• [Material provided]:
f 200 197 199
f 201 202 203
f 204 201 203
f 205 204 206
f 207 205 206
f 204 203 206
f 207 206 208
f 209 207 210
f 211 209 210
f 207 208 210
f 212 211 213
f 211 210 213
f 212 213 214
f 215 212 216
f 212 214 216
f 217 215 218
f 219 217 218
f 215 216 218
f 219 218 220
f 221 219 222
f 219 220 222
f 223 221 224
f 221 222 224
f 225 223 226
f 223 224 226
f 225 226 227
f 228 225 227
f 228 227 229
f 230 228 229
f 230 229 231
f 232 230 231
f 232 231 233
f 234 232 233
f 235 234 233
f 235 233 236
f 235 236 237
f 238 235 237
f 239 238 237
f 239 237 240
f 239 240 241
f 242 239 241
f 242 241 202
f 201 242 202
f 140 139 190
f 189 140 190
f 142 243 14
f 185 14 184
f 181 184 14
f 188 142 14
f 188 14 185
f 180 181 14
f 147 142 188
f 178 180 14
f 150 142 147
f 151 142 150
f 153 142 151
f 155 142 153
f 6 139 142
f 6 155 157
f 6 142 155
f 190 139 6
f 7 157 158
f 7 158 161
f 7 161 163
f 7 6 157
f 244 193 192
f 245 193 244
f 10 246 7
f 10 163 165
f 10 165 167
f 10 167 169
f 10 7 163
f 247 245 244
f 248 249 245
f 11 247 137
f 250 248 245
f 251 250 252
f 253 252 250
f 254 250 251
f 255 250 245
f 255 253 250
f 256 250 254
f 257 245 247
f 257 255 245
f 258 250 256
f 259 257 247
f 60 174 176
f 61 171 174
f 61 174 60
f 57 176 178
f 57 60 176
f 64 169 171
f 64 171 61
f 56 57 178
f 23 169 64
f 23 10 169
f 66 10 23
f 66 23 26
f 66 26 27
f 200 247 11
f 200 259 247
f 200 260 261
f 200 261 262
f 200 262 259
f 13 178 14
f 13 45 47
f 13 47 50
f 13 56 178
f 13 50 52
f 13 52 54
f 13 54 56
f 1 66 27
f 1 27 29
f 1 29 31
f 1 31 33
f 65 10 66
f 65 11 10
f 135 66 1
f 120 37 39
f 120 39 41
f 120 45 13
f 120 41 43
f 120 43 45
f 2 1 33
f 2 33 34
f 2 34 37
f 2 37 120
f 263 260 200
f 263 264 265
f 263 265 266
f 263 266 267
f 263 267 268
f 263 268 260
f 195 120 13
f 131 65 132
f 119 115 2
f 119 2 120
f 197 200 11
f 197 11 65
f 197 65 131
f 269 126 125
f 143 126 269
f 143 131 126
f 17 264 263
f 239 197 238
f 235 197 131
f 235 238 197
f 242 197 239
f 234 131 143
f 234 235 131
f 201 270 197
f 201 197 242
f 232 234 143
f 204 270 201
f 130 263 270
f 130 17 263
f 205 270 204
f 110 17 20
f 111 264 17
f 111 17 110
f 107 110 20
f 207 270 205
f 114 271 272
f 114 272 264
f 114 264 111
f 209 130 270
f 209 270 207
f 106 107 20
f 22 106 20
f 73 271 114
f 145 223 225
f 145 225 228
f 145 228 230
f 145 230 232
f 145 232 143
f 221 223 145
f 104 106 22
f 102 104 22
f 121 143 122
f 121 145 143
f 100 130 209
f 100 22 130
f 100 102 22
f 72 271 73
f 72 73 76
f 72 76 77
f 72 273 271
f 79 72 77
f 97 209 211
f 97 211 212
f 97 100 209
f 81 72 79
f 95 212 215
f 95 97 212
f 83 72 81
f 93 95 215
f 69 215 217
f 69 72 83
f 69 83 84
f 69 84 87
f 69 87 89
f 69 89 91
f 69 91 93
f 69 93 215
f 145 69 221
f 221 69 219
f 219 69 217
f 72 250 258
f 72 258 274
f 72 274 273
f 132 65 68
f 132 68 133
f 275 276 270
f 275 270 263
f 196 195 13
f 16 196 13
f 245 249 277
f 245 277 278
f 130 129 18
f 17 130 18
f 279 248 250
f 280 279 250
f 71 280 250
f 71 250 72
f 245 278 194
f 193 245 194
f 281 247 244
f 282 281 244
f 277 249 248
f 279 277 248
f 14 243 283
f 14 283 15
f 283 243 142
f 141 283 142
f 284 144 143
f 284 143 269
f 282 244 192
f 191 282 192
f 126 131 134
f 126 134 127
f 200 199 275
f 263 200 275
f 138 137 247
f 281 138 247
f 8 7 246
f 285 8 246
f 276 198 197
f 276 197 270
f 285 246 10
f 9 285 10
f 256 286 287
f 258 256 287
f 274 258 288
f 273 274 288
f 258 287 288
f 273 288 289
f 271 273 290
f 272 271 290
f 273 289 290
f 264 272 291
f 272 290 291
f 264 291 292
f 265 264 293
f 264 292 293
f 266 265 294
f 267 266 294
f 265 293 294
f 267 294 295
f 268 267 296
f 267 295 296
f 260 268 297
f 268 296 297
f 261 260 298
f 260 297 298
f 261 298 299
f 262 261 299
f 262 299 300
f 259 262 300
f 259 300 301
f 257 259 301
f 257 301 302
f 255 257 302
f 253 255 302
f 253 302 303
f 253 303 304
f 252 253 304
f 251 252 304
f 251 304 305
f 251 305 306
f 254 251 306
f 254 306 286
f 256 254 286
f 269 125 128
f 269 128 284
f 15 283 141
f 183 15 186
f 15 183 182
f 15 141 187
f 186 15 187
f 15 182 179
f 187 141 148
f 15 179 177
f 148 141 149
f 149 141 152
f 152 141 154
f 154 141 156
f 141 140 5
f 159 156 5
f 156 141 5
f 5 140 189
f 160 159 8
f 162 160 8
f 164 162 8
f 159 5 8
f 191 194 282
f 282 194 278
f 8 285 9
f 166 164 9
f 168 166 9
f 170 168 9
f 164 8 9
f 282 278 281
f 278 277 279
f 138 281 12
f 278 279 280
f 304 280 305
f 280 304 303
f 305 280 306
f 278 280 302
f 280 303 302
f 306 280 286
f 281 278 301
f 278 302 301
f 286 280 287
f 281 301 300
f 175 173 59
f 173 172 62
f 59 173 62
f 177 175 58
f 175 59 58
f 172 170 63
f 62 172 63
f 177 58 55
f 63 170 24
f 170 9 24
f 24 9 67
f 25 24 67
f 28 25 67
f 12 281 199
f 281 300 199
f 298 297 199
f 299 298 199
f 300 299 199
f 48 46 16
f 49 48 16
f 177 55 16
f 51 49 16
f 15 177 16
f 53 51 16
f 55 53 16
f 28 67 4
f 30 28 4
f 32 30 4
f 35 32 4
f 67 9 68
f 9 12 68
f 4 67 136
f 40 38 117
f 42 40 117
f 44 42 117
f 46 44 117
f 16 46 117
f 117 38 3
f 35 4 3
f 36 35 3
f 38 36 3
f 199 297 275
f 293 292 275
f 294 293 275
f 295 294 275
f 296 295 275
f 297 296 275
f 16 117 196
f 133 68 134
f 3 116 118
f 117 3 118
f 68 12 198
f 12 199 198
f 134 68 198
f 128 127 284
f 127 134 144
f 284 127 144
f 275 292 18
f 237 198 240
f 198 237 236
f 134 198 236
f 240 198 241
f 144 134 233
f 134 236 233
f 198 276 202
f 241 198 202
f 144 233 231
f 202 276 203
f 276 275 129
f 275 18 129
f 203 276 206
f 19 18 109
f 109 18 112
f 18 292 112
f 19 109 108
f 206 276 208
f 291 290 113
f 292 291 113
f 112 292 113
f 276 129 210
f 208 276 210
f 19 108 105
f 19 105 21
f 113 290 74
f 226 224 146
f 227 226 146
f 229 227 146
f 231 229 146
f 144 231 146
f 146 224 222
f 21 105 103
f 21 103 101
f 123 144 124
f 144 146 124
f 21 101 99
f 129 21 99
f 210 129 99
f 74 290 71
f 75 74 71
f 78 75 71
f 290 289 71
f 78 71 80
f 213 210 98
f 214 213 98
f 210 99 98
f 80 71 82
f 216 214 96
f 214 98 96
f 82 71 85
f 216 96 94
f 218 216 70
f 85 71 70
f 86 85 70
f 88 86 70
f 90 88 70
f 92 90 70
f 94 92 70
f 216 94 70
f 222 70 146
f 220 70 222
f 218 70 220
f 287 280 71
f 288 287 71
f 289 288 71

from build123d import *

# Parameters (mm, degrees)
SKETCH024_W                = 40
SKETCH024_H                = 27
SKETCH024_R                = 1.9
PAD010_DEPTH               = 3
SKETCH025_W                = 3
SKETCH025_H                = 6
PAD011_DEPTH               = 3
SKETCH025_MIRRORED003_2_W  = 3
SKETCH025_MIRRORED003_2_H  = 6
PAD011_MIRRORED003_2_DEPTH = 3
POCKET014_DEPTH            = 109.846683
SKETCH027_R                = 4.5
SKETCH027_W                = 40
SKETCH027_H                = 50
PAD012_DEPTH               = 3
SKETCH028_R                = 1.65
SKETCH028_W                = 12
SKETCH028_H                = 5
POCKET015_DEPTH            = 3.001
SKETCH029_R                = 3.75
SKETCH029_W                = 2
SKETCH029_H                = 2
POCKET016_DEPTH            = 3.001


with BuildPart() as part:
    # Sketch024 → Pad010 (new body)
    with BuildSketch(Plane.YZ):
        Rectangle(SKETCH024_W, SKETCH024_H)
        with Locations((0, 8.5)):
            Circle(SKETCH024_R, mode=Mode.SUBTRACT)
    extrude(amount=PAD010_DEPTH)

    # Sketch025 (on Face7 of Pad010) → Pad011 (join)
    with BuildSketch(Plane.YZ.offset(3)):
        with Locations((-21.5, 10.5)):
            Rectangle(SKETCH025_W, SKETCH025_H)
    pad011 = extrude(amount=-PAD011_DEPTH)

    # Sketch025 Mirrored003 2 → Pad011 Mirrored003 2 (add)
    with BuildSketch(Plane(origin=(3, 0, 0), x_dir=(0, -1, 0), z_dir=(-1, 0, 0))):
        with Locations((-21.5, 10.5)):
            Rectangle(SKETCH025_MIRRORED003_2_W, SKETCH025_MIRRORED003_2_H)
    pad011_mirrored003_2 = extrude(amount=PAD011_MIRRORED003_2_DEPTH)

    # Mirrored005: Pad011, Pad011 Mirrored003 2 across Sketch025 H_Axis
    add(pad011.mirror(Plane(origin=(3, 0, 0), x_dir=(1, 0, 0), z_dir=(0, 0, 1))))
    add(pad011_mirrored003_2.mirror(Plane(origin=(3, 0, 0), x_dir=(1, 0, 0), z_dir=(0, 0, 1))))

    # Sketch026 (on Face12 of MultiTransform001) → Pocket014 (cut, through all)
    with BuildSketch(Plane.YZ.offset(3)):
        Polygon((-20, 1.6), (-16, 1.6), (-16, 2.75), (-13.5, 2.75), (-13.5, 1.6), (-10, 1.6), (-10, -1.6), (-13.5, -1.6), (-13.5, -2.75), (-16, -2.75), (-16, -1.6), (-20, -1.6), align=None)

• [Assignment]:
Of the lines above, output exactly those from the line bearing "f 255 253 250" through the line bearing "f 235 238 197", inclusive.

• [Reply]:
f 255 253 250
f 256 250 254
f 257 245 247
f 257 255 245
f 258 250 256
f 259 257 247
f 60 174 176
f 61 171 174
f 61 174 60
f 57 176 178
f 57 60 176
f 64 169 171
f 64 171 61
f 56 57 178
f 23 169 64
f 23 10 169
f 66 10 23
f 66 23 26
f 66 26 27
f 200 247 11
f 200 259 247
f 200 260 261
f 200 261 262
f 200 262 259
f 13 178 14
f 13 45 47
f 13 47 50
f 13 56 178
f 13 50 52
f 13 52 54
f 13 54 56
f 1 66 27
f 1 27 29
f 1 29 31
f 1 31 33
f 65 10 66
f 65 11 10
f 135 66 1
f 120 37 39
f 120 39 41
f 120 45 13
f 120 41 43
f 120 43 45
f 2 1 33
f 2 33 34
f 2 34 37
f 2 37 120
f 263 260 200
f 263 264 265
f 263 265 266
f 263 266 267
f 263 267 268
f 263 268 260
f 195 120 13
f 131 65 132
f 119 115 2
f 119 2 120
f 197 200 11
f 197 11 65
f 197 65 131
f 269 126 125
f 143 126 269
f 143 131 126
f 17 264 263
f 239 197 238
f 235 197 131
f 235 238 197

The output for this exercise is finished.